No obstante, la postura de Iceta sobre la crisis catalana ha ido incluso más lejos de lo lejos de la oficial en el PSOE y en el Gobierno en su estrategia de diálogo con la Generalitat catalana.

Indultos y consultas

El que como presidente del Senado será la cuarta autoridad del Estado por detrás del Rey, el presidente del Gobierno y el presidente del Congreso, cuestionó en septiembre del año pasado la prisión preventiva en la que se encuentran Oriol Junqueras y el resto de políticos catalanes procesados por el 1-O por considerar que estaba "durando demasiado".

Año antes, en diciembre de 2017, se mostró favorable a que, en caso de ser condenados, los responsables del procés fueran indultados por el Gobierno. En una entrevista a la radio catalana RAC-1 apostó primero por "esperar a ver si hay sentencia condenatoria" y, en ese caso, recordó que "la democracia tiene mecanismos para suavizar, aligerar y coser heridas que tienen un origen político, aunque hayan llevado eventualmente a la comisión de algún delito". El PSOE se desmarcó rápidamente de estas declaraciones y el propio Iceta

La última polémica por Cataluña la suscitó cuando en plena precampaña electoral señaló en una entrevista que debería haber una consulta si lo pedía "una mayoría muy amplia". "Si una mayoría muy amplia de los ciudadanos quiere la independencia la democracia tendrá que encontrar o habilitar mecanismos para abordar eso», dijo. Días después, en un mitin en Tarragona junto a Pedro Sánchez aprovechó para disculparse ante el presidente de sus palabras, aunque no para retractarse. "A veces se me hace difícil contenerme. Te pido disculpas", dijo.

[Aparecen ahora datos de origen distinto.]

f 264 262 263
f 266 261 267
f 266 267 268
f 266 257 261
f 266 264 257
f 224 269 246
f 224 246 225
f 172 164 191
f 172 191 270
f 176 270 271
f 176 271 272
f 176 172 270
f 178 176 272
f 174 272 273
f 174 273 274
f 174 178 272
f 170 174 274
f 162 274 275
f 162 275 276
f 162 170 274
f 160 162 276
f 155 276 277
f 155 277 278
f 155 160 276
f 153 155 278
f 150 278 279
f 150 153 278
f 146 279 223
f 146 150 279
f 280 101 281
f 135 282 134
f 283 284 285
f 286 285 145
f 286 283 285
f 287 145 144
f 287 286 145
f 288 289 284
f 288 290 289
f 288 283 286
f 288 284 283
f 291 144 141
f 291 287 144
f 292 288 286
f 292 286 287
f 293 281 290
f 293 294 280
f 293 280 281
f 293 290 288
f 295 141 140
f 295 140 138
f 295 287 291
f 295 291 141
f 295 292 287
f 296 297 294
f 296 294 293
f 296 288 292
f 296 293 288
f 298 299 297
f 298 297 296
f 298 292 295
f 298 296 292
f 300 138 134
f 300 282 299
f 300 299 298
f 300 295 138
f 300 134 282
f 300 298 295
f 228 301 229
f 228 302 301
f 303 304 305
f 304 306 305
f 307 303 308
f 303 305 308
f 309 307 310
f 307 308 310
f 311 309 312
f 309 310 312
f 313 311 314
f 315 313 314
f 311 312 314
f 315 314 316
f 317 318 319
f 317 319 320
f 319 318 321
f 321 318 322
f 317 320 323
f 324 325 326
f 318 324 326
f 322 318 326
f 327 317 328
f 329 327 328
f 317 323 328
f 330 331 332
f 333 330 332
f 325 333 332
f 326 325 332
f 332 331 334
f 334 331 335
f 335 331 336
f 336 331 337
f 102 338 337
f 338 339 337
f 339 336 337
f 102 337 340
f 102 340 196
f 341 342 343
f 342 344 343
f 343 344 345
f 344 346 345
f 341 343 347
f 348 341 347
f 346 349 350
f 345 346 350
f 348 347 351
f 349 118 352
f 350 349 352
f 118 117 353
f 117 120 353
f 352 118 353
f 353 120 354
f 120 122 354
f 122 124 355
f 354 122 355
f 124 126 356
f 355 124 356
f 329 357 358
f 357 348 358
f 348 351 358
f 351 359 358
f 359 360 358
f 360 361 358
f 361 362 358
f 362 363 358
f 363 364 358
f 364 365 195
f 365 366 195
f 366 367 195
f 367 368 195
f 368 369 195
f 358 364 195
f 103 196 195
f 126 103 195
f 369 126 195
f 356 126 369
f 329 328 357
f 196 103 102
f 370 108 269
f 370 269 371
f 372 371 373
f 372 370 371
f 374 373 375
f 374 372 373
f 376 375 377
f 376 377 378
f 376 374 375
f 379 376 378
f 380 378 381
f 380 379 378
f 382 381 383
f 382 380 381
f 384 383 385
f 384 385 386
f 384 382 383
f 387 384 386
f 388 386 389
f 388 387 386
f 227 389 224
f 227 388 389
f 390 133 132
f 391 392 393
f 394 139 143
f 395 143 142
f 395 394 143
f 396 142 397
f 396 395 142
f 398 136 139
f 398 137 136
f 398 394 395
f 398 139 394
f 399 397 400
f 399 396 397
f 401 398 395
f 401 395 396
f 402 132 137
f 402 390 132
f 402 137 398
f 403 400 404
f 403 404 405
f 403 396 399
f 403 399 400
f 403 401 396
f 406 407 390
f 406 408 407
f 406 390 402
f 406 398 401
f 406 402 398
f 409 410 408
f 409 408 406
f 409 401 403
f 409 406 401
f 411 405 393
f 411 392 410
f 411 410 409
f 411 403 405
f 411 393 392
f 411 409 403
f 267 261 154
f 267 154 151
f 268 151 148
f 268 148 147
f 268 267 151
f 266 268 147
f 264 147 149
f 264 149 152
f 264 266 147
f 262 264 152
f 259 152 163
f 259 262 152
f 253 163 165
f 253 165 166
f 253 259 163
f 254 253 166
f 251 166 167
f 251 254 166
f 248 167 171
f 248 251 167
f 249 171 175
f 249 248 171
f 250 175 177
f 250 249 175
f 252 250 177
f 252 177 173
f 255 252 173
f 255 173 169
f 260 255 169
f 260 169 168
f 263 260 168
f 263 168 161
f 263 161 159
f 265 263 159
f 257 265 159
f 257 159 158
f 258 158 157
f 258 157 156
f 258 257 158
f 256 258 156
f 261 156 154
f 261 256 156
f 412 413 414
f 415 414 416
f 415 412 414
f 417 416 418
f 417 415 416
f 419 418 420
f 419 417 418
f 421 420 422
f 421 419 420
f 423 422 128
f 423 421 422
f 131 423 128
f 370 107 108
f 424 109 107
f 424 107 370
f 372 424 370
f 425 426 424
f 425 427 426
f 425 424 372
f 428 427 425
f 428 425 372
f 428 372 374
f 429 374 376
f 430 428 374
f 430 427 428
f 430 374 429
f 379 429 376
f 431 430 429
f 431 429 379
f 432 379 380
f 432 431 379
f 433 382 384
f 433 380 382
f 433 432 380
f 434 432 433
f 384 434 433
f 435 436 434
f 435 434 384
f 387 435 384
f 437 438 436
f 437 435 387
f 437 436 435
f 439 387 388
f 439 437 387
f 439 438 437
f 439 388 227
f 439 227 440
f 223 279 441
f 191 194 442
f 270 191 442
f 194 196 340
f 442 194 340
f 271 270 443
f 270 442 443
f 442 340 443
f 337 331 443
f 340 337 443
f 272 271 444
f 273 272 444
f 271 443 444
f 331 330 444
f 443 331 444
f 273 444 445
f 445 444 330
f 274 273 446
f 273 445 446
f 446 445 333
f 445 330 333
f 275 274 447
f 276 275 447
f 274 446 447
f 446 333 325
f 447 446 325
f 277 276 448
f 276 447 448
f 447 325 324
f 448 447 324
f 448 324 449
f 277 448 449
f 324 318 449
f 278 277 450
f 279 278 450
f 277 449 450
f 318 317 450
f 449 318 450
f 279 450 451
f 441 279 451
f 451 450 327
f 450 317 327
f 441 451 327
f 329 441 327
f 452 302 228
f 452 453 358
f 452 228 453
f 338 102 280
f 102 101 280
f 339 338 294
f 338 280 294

Por todos estos posicionamientos, la designación de Iceta para presidir el Senado ha sido recibida por PP y Cs como un jarro de agua fría.

El presidente del PP, Pablo Casado, lo ha considerado "muy preocupante" y ha destacado la opinión de Iceta de que "tiene que haber un referendum de autodeterminación en 10 años".

El secretario de Organización de Cs, Fran Hervías, ha acusado a Sánchez de poner "premiar" a uno de "los defensores del separatimo" con la presidencia de la Cámara Alta.

En la reunión que mantuvo este martes en la La Moncloa con Sánchez, Rivera puso a su disposición los seis senadores que tiene de momento Ciudadanos para votar con los del PSOE a favor de poner en marcha el proceso para aplicar de nuevo el 155, para enviar un requerimiento al presidente de la Generalitat, Quim Torra,

Rivera ya daba por descontado que este no es el "criterio" de Sánchez en estos momentos. Con Iceta presidiendo el Senado, no queda ninguna duda.